» PROBLEM DETAILS
Copying exactly, give the lines in the material below from the one with "v 70.323 9.415 70.373" to the one with "v 164 -57.084 42.219", ends included, and nothing besides.

» MATERIALS PROVIDED
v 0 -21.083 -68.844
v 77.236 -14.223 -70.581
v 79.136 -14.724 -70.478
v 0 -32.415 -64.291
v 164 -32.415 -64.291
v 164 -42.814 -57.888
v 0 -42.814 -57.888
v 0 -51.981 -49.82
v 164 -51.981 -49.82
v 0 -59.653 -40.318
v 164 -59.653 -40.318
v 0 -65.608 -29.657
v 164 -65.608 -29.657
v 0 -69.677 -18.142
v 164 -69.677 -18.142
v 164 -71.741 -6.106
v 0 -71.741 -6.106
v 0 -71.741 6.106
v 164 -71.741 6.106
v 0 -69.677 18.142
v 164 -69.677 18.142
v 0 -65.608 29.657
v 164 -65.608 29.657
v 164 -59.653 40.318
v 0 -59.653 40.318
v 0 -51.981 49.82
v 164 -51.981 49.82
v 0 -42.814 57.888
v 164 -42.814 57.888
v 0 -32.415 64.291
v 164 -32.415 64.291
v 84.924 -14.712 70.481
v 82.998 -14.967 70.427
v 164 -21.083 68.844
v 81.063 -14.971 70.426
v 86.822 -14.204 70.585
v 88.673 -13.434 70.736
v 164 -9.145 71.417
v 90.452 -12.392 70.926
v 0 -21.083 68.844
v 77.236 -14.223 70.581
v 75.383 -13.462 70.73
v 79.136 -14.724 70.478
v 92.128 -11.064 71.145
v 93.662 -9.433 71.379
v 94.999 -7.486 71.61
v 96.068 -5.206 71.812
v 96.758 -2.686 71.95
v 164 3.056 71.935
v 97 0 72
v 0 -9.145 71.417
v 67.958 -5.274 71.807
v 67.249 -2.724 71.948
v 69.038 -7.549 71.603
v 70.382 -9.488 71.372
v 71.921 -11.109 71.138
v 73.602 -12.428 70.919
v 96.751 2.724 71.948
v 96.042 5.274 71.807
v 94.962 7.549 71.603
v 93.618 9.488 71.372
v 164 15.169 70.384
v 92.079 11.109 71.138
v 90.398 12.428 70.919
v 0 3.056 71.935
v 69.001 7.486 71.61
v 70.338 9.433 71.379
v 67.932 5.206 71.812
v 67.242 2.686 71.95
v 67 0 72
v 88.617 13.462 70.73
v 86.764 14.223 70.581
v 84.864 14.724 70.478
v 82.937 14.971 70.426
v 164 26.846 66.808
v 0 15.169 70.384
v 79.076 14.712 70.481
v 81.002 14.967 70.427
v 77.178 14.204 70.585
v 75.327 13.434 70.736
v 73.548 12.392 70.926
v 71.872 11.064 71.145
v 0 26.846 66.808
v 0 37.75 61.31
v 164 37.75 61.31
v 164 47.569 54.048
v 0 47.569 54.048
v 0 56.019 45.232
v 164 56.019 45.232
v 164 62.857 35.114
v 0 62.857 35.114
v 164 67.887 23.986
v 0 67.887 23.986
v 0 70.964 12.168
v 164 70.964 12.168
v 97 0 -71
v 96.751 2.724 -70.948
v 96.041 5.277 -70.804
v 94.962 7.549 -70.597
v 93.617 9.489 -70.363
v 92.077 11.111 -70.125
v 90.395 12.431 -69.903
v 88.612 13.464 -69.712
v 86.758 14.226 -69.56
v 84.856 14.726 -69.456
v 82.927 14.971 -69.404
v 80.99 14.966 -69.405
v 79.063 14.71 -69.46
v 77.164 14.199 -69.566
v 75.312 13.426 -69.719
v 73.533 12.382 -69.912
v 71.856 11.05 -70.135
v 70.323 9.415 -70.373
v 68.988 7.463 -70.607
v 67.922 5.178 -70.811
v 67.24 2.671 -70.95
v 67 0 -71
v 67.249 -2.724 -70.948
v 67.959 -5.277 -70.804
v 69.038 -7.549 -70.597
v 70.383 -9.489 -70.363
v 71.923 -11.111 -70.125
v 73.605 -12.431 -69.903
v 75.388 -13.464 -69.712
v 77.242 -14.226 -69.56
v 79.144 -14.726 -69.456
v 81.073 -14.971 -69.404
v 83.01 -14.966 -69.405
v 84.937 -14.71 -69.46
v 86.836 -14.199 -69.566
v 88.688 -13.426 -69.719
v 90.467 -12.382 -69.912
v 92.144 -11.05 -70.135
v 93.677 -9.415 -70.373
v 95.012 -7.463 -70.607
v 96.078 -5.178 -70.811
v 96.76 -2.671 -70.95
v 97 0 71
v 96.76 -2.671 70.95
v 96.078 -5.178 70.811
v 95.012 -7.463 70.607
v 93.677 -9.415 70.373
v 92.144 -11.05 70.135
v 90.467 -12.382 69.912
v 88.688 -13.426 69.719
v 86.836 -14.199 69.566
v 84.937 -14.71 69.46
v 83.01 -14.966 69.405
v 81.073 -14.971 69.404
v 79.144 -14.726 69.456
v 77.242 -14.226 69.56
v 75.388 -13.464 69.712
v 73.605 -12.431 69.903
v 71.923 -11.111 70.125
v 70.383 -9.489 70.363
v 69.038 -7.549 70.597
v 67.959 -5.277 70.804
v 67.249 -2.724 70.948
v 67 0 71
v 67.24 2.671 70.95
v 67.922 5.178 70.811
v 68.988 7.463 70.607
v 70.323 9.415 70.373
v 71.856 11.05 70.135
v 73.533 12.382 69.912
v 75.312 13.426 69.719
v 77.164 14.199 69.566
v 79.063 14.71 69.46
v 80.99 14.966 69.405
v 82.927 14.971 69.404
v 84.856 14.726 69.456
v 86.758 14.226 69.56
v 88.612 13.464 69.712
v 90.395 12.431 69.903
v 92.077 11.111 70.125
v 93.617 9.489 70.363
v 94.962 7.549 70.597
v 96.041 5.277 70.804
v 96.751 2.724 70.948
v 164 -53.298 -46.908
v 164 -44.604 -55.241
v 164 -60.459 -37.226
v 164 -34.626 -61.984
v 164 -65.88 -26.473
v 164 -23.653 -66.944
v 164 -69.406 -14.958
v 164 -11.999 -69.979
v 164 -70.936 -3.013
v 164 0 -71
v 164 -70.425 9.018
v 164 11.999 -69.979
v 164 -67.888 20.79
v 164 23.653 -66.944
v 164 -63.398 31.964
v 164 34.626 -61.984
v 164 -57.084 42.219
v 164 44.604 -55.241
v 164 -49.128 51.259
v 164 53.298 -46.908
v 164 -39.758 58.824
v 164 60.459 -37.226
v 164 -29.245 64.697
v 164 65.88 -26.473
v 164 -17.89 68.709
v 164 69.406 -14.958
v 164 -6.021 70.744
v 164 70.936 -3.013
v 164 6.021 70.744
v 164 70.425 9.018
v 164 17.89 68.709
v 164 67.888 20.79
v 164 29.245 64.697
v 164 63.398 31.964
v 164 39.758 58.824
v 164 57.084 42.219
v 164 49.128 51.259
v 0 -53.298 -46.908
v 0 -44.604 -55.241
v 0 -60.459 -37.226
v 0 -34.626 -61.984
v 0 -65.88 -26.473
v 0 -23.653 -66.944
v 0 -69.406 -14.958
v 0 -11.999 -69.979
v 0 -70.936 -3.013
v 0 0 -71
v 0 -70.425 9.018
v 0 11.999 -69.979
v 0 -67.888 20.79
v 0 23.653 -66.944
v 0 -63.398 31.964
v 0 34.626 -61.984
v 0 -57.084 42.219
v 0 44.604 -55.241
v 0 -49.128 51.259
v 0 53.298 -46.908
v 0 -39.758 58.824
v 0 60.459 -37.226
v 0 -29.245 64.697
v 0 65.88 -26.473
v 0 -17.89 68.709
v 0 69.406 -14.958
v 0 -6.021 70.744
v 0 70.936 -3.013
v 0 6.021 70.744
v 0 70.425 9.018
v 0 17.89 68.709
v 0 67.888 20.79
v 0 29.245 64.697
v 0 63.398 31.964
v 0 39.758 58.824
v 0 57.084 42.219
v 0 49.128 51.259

...

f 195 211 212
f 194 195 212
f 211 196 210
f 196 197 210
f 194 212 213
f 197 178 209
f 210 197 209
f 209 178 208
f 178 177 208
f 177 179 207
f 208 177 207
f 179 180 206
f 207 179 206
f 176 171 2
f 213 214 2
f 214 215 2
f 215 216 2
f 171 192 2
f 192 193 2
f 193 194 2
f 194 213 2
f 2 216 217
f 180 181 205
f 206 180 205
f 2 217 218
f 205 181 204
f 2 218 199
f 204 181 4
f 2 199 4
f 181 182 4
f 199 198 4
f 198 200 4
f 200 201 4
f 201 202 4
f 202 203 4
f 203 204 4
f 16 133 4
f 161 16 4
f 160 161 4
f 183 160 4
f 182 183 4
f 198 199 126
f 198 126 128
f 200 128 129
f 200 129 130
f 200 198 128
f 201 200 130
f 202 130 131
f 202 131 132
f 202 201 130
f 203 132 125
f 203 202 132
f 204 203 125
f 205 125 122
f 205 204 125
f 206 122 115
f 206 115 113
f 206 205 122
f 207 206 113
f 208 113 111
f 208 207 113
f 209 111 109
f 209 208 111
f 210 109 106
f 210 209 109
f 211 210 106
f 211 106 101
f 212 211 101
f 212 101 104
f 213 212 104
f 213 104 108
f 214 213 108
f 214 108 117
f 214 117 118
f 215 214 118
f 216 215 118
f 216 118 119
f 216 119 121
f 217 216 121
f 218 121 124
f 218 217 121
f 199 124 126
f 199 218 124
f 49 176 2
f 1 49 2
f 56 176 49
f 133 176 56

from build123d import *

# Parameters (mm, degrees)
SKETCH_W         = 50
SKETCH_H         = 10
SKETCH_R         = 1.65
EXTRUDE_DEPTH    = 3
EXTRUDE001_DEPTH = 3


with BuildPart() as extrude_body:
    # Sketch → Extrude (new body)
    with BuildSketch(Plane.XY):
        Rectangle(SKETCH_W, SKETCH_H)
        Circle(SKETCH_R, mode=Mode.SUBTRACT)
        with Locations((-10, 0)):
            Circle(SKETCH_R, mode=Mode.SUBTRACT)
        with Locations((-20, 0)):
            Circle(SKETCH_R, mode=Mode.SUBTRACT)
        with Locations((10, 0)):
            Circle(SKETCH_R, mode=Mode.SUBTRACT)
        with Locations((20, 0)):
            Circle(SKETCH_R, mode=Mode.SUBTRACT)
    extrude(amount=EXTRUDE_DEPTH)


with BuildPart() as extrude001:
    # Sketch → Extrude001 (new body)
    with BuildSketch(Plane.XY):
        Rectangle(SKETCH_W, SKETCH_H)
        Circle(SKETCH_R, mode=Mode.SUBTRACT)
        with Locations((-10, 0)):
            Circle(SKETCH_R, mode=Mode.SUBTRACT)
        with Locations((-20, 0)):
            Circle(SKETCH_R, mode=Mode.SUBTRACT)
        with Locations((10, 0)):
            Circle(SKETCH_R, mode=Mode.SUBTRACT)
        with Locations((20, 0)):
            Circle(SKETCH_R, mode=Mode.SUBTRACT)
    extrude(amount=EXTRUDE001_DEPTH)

» COMPLETED TASK
v 70.323 9.415 70.373
v 71.856 11.05 70.135
v 73.533 12.382 69.912
v 75.312 13.426 69.719
v 77.164 14.199 69.566
v 79.063 14.71 69.46
v 80.99 14.966 69.405
v 82.927 14.971 69.404
v 84.856 14.726 69.456
v 86.758 14.226 69.56
v 88.612 13.464 69.712
v 90.395 12.431 69.903
v 92.077 11.111 70.125
v 93.617 9.489 70.363
v 94.962 7.549 70.597
v 96.041 5.277 70.804
v 96.751 2.724 70.948
v 164 -53.298 -46.908
v 164 -44.604 -55.241
v 164 -60.459 -37.226
v 164 -34.626 -61.984
v 164 -65.88 -26.473
v 164 -23.653 -66.944
v 164 -69.406 -14.958
v 164 -11.999 -69.979
v 164 -70.936 -3.013
v 164 0 -71
v 164 -70.425 9.018
v 164 11.999 -69.979
v 164 -67.888 20.79
v 164 23.653 -66.944
v 164 -63.398 31.964
v 164 34.626 -61.984
v 164 -57.084 42.219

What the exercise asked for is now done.